🤖 AI Summary
Unsupervised image captioning lacks effective frameworks that enable vision-language models (VLMs) to acquire language capabilities without labeled data or external supervision.
Method: This paper proposes LoGIC—the first multi-agent reinforcement learning framework for unsupervised image captioning, grounded in the Lewis signaling game. It introduces a collaborative “speaker–listener” architecture: the speaker generates captions, while the listener interprets them and provides feedback, jointly optimizing VLM behavior on raw, unlabeled images. The framework integrates ViT, GPT-2, and LLM components, trained end-to-end via the GRPO algorithm.

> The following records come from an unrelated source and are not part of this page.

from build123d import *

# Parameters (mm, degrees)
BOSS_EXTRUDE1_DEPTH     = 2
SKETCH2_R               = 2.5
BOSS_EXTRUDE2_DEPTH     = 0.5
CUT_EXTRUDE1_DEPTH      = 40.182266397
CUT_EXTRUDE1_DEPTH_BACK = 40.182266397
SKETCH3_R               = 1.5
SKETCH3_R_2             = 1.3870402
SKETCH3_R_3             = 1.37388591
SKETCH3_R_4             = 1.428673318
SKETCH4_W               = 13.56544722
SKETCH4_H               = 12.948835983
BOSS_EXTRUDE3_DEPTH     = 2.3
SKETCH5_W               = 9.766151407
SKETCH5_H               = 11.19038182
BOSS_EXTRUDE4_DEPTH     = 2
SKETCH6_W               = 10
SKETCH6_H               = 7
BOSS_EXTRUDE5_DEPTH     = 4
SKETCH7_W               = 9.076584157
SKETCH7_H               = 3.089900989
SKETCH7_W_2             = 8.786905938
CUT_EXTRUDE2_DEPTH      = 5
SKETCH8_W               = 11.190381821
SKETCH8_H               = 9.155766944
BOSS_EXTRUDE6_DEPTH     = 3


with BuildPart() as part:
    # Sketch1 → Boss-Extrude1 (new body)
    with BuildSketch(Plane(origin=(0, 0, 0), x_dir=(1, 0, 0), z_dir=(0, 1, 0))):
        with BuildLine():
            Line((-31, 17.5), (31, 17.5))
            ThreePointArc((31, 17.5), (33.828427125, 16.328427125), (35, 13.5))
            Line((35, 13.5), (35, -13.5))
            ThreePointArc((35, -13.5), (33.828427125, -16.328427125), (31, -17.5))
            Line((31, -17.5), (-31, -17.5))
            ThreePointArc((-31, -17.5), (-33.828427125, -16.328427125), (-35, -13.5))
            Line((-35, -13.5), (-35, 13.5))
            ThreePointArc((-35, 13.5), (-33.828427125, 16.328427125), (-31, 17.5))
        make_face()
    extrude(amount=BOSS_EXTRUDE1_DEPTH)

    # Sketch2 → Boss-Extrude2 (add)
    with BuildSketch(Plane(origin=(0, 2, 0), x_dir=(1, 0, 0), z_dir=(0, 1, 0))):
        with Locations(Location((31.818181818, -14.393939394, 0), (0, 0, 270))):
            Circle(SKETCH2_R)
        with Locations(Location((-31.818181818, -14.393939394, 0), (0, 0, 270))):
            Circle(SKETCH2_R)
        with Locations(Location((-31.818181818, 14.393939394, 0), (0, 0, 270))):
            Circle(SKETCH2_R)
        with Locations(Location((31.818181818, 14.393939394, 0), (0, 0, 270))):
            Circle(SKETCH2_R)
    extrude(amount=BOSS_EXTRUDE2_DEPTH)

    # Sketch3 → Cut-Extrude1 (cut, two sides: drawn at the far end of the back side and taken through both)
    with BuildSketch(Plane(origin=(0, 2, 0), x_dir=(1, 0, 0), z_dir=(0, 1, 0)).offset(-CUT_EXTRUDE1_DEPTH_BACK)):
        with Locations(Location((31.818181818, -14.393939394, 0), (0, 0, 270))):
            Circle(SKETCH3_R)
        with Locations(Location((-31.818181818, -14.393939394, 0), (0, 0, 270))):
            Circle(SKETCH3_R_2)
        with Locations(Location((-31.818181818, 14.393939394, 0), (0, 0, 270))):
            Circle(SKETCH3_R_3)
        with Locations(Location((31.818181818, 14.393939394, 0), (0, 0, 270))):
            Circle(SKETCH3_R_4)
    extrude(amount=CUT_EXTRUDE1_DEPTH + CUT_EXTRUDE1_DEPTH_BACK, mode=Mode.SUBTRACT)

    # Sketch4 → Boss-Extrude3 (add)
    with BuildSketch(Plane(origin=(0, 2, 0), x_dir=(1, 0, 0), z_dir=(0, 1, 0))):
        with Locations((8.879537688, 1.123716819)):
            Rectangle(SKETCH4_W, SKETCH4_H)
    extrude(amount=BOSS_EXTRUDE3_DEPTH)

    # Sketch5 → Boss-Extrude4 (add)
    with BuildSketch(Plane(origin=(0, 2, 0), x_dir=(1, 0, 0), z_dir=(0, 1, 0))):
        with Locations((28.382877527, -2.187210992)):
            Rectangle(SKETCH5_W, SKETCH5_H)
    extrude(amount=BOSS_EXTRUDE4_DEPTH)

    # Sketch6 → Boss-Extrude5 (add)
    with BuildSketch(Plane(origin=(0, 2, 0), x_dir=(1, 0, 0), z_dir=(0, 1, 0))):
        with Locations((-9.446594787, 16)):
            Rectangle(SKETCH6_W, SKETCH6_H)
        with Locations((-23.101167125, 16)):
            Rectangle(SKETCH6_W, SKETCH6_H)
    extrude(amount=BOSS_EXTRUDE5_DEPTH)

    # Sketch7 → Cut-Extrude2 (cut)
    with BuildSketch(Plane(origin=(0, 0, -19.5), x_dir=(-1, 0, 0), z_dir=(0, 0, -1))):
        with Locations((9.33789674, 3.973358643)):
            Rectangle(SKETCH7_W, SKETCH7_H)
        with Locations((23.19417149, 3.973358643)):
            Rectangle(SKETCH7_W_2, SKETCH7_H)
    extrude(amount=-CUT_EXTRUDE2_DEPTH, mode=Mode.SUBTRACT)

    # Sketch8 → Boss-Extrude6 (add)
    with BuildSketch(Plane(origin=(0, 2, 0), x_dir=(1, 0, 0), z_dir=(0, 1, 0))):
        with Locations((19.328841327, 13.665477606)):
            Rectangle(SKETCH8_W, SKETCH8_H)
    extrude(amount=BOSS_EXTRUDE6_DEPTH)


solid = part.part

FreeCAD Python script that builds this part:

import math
import FreeCAD as App
import Part
import Sketcher
from FreeCAD import Vector
Q = App.Units.Quantity


def add_polygon(sketch, points):
    """Adds a closed chain of lines whose ends are joined by coincident constraints."""
    first, n = sketch.GeometryCount, len(points)
    for a, b in zip(points, points[1:] + points[:1]):
        sketch.addGeometry(Part.LineSegment(App.Vector(*a, 0), App.Vector(*b, 0)), False)
    for i in range(n):
        sketch.addConstraint(Sketcher.Constraint("Coincident", first + i, 2, first + (i + 1) % n, 1))

doc = App.newDocument("Part")
params = doc.addObject("Spreadsheet::Sheet", "Params")
for row, (alias, value) in enumerate([
    ("sketch1_radius", "4 mm"),
    ("sketch1_width", "62 mm"),
    ("sketch1_height", "27 mm"),
    ("pad1_length", "2 mm"),
    ("sketch2_diameter", "5 mm"),
    ("pad2_length", "0.5 mm"),
    ("sketch3_diameter", "3 mm"),
    ("pad3_length", "2.3 mm"),
    ("pad4_length", "2 mm"),
    ("sketch6_width", "10 mm"),
    ("sketch6_height", "7 mm"),
    ("pad5_length", "4 mm"),
    ("pocket2_length", "5 mm"),
    ("pad6_length", "3 mm"),
], start=1):
    params.set(f"A{row}", alias)
    params.set(f"B{row}", "=" + value)
    params.setAlias(f"B{row}", alias)

body = doc.addObject("PartDesign::Body", "Body")
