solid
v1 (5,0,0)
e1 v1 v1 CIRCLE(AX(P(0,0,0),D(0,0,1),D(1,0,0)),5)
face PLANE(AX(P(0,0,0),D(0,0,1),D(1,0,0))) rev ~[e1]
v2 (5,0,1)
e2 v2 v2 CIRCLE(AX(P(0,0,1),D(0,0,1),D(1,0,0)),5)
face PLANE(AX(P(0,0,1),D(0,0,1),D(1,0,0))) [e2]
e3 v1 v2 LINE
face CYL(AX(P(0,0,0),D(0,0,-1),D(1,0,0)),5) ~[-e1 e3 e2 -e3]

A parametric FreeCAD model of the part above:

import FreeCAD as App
import Part
import Sketcher

doc = App.newDocument("Part")
params = doc.addObject("Spreadsheet::Sheet", "Params")
for row, (alias, value) in enumerate([
    ("sketch1_diameter", "10 mm"),
    ("pad1_length", "1 mm"),
], start=1):
    params.set(f"A{row}", alias)
    params.set(f"B{row}", "=" + value)
    params.setAlias(f"B{row}", alias)

body = doc.addObject("PartDesign::Body", "Body")

sketch1 = body.newObject("Sketcher::SketchObject", "Sketch")
sketch1.AttachmentSupport = (doc.getObject("XY_Plane"), [""])
sketch1.MapMode = "FlatFace"
sketch1.addGeometry(Part.Circle(App.Vector(0, 0, 0), App.Vector(0, 0, 1), 5), False)
sketch1.addConstraint(Sketcher.Constraint("Coincident", 0, 3, -1, 1))
sketch1.addConstraint(Sketcher.Constraint("Diameter", 0, 10.0))
sketch1.setExpression("Constraints[1]", "Params.sketch1_diameter")
pad1 = body.newObject("PartDesign::Pad", "Pad")
pad1.Profile = sketch1
pad1.setExpression("Length", "Params.pad1_length")

doc.recompute()
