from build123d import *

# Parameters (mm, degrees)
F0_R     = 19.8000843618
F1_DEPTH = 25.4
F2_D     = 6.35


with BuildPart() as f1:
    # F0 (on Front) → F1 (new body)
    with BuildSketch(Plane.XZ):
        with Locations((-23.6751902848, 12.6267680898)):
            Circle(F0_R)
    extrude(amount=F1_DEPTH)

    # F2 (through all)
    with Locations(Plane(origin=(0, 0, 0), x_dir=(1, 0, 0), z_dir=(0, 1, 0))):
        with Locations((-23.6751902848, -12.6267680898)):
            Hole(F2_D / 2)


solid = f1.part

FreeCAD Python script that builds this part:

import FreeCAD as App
import Part
import Sketcher

V = App.Vector
Q = App.Units.Quantity

doc = App.newDocument("Part")
body = doc.addObject("PartDesign::Body", "Body")

sketch1 = doc.addObject("Sketcher::SketchObject", "Sketch")
body.addObject(sketch1)
sketch1.AttachmentSupport = (doc.XZ_Plane, [""])
sketch1.MapMode = "FlatFace"
sketch1.addGeometry(Part.Circle(V(-24, 13, 0), V(0, 0, 1), 20), False)
sketch1.addConstraint([
    Sketcher.Constraint("Diameter", 0, 39.600169),
    Sketcher.Constraint("DistanceX", 0, 3, -1, 1, 23.67519),
    Sketcher.Constraint("DistanceY", -1, 1, 0, 3, 12.626768),
])
pad1 = doc.addObject("PartDesign::Pad", "Pad")
body.addObject(pad1)
pad1.Profile = sketch1
pad1.Length = Q("1 in")

sketch2 = doc.addObject("Sketcher::SketchObject", "Sketch001")
body.addObject(sketch2)
sketch2.AttachmentSupport = (doc.XZ_Plane, [""])
sketch2.MapMode = "FlatFace"
sketch2.addGeometry(Part.Circle(V(-23.7, 12.6, 0), V(0, 0, 1), 3.2), False)
sketch2.addConstraint([
    Sketcher.Constraint("Diameter", 0, Q("0.25 in")),
    Sketcher.Constraint("DistanceX", 0, 3, -1, 1, 23.67519),
    Sketcher.Constraint("DistanceY", -1, 1, 0, 3, 12.626768),
])
doc.recompute()
hole = doc.addObject("PartDesign::Hole", "Hole")
body.addObject(hole)
hole.Profile = sketch2
hole.ThreadType = "None"
hole.Diameter = Q("0.25 in")
hole.DepthType = "ThroughAll"
hole.Reversed = True

doc.recompute()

Contribution/Results: Fine-tuning a pretrained model yields BLEU-4 of 46.0—surpassing supervised baselines by +2.0. A lightweight model trained from scratch achieves BLEU-4 of 31.0, outperforming prior unsupervised methods by +10.0. These results empirically validate that communication games effectively elicit emergent linguistic competence in VLMs and demonstrate strong scalability across model sizes.
📝 Abstract
Image captioning is an important problem in developing various AI systems, and these tasks require large volumes of annotated images to train the models. Since all existing labelled datasets are already used for training the large Vision Language Models (VLMs), it becomes challenging to improve the performance of the same. Considering this, it is essential to consider the unsupervised image captioning performance, which remains relatively under-explored. To that end, we propose LoGIC (Lewis Communication Game for Image Captioning), a Multi-agent Reinforcement Learning game. The proposed method consists of two agents, a 'speaker' and a 'listener', with the objective of learning a strategy for communicating in natural language. We train agents in the cooperative common-reward setting using the GRPO algorithm and show that improvement in image captioning performance emerges as a consequence of the agents learning to play the game. We show that using pre-trained VLMs as the 'speaker' and Large Language Model (LLM) for language understanding in the 'listener', we achieved a $46$ BLEU score after fine-tuning using LoGIC without additional labels, a $2$ units advantage in absolute metrics compared to the $44$ BLEU score of the vanilla VLM. Additionally, we replace the VLM from the 'speaker' with lightweight components: (i) a ViT for image perception and (ii) a GPT2 language generation, and train them from scratch using LoGIC, obtaining a $31$ BLEU score in the unsupervised setting, a $10$ points advantage over existing unsupervised image-captioning methods.